* EXERCISE PROMPT
The line with "with BuildSketch(Plane.XZ) as", the line with "# FreeCAD 1.0 macro for this part", and all lines between them in the material below: return these exactly, and no others.

==== TASK INPUT

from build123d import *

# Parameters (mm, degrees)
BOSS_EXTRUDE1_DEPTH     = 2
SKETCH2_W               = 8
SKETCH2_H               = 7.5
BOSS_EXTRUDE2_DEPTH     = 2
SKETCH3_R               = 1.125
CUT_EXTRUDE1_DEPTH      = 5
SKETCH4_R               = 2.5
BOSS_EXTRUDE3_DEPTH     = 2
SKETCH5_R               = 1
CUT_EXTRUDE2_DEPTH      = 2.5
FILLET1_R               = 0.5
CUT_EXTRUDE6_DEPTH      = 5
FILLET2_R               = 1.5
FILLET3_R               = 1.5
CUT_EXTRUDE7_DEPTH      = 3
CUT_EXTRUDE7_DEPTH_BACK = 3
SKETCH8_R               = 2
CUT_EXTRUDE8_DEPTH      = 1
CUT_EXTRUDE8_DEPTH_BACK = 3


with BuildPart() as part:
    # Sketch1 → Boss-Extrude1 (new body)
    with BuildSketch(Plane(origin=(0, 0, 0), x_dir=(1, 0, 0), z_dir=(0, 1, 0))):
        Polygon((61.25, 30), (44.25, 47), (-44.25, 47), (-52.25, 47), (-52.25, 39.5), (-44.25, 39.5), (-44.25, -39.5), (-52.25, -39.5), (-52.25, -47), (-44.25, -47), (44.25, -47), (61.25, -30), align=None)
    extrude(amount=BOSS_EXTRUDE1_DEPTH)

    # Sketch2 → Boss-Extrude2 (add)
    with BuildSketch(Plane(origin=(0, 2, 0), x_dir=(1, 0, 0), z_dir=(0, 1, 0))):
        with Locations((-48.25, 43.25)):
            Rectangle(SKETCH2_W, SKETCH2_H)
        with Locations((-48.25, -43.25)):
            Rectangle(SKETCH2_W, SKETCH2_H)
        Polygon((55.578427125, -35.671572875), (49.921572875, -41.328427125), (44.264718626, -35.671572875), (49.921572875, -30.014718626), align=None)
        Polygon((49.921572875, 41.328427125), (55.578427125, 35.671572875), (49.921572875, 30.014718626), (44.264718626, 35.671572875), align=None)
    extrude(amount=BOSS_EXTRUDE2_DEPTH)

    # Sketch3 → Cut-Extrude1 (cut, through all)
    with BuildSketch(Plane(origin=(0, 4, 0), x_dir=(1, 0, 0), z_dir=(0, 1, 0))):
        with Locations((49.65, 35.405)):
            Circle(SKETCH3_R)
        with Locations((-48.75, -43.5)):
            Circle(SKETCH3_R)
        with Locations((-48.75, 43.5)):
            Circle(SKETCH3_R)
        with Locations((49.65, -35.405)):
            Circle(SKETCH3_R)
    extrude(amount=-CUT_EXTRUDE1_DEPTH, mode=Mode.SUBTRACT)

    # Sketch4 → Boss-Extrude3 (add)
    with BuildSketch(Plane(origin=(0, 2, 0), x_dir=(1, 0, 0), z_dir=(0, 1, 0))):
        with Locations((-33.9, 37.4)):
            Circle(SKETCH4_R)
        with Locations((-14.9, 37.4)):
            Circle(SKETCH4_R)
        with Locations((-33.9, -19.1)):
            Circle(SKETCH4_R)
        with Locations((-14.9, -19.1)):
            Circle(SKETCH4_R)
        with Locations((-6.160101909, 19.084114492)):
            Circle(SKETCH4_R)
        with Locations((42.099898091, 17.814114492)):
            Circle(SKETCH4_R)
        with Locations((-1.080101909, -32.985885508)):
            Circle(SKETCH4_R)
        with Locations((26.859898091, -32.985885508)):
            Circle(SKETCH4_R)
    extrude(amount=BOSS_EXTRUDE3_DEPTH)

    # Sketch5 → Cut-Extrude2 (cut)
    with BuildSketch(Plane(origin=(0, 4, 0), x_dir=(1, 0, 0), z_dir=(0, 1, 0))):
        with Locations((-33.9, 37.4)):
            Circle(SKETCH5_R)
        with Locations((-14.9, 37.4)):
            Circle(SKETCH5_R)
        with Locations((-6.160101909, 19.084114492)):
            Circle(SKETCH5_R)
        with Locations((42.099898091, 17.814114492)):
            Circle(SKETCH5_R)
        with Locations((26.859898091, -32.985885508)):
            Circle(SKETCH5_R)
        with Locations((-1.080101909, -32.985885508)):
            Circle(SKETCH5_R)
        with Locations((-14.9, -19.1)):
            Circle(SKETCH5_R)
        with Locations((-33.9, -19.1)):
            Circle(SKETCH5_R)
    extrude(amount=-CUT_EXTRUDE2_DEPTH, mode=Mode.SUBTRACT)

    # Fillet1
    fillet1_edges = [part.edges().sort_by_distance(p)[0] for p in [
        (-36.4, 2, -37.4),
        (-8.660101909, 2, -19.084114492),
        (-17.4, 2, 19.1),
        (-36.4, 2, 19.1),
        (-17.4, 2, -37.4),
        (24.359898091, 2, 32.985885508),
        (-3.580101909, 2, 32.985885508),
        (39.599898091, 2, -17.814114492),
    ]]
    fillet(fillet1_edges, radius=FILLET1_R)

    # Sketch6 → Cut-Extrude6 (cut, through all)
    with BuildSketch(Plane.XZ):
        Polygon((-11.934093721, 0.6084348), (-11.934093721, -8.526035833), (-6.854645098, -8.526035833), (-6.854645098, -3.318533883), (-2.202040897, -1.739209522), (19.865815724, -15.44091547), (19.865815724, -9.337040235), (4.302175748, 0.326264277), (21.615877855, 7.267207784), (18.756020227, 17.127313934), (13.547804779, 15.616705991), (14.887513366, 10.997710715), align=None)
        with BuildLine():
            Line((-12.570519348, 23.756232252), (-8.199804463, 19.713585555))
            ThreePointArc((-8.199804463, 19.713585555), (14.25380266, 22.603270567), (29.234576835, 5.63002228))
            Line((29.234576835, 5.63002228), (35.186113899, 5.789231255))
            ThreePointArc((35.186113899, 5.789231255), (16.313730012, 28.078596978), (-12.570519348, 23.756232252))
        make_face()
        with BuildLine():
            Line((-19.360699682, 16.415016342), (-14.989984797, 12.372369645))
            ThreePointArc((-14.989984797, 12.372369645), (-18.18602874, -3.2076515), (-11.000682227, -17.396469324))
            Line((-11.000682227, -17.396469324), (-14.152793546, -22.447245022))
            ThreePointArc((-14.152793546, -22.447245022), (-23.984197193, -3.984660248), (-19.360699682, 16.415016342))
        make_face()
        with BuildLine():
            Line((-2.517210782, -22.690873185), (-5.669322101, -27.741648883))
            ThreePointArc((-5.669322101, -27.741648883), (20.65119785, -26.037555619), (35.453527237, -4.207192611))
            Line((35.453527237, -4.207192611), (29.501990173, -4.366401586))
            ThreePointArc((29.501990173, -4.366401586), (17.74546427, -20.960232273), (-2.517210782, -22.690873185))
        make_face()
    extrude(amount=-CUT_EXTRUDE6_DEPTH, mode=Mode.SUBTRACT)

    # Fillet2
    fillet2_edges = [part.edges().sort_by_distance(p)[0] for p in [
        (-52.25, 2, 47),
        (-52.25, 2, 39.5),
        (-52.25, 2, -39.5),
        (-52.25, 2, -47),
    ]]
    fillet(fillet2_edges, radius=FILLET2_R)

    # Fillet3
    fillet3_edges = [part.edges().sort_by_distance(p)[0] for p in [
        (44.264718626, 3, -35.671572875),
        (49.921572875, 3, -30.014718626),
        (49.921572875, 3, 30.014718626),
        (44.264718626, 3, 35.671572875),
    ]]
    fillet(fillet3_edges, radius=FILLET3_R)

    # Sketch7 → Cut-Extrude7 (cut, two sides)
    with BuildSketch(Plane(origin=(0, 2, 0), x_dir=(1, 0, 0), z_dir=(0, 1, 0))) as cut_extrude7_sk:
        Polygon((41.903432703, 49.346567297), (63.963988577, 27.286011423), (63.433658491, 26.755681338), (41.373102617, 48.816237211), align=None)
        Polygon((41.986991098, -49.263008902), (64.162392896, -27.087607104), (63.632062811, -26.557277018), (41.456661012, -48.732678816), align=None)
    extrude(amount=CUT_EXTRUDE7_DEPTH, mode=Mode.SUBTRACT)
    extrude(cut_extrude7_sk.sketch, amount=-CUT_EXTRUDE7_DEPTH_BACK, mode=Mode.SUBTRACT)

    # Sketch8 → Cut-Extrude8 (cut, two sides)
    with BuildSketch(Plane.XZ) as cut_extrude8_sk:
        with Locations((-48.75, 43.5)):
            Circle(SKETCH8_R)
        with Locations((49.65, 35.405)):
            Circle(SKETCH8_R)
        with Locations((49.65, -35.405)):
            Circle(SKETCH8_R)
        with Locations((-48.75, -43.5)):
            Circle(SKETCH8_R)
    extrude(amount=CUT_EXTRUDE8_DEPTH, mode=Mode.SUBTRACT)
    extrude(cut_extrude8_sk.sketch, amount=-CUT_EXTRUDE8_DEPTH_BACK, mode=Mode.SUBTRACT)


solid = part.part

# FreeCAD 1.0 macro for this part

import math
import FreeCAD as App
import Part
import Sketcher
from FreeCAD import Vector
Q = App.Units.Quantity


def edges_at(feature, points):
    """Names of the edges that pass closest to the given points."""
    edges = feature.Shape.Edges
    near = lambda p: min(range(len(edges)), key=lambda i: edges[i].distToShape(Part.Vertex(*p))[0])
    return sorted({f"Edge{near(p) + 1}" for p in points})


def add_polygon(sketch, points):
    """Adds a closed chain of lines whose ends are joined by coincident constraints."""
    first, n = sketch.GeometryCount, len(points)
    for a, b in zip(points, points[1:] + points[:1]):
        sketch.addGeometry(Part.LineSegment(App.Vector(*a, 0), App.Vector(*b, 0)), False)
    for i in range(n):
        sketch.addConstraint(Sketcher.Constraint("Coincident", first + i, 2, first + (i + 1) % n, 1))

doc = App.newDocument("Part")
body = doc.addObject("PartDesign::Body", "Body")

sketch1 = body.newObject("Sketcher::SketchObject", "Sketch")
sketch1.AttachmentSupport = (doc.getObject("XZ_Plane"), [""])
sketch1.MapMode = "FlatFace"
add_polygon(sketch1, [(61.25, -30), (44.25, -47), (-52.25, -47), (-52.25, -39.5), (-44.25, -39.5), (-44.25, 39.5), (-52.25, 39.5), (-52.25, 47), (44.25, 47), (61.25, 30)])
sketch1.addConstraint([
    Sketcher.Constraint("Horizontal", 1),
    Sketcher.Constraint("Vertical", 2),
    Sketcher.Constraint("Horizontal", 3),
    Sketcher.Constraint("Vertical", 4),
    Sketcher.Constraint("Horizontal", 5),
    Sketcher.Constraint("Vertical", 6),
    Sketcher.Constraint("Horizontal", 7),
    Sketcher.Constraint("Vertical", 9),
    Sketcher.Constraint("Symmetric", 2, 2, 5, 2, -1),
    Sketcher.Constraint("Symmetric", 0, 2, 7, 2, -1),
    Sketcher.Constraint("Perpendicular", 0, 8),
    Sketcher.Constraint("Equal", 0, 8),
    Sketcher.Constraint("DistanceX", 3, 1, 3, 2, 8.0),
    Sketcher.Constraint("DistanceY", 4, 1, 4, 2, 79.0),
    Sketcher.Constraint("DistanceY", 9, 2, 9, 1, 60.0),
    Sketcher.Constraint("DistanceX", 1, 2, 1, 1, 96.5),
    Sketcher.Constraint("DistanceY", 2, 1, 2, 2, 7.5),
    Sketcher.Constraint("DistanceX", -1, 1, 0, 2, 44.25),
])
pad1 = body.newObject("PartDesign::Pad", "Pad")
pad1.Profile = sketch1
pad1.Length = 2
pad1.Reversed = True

========

* EXERCISE RESULT
    with BuildSketch(Plane.XZ) as cut_extrude8_sk:
        with Locations((-48.75, 43.5)):
            Circle(SKETCH8_R)
        with Locations((49.65, 35.405)):
            Circle(SKETCH8_R)
        with Locations((49.65, -35.405)):
            Circle(SKETCH8_R)
        with Locations((-48.75, -43.5)):
            Circle(SKETCH8_R)
    extrude(amount=CUT_EXTRUDE8_DEPTH, mode=Mode.SUBTRACT)
    extrude(cut_extrude8_sk.sketch, amount=-CUT_EXTRUDE8_DEPTH_BACK, mode=Mode.SUBTRACT)


solid = part.part

# FreeCAD 1.0 macro for this part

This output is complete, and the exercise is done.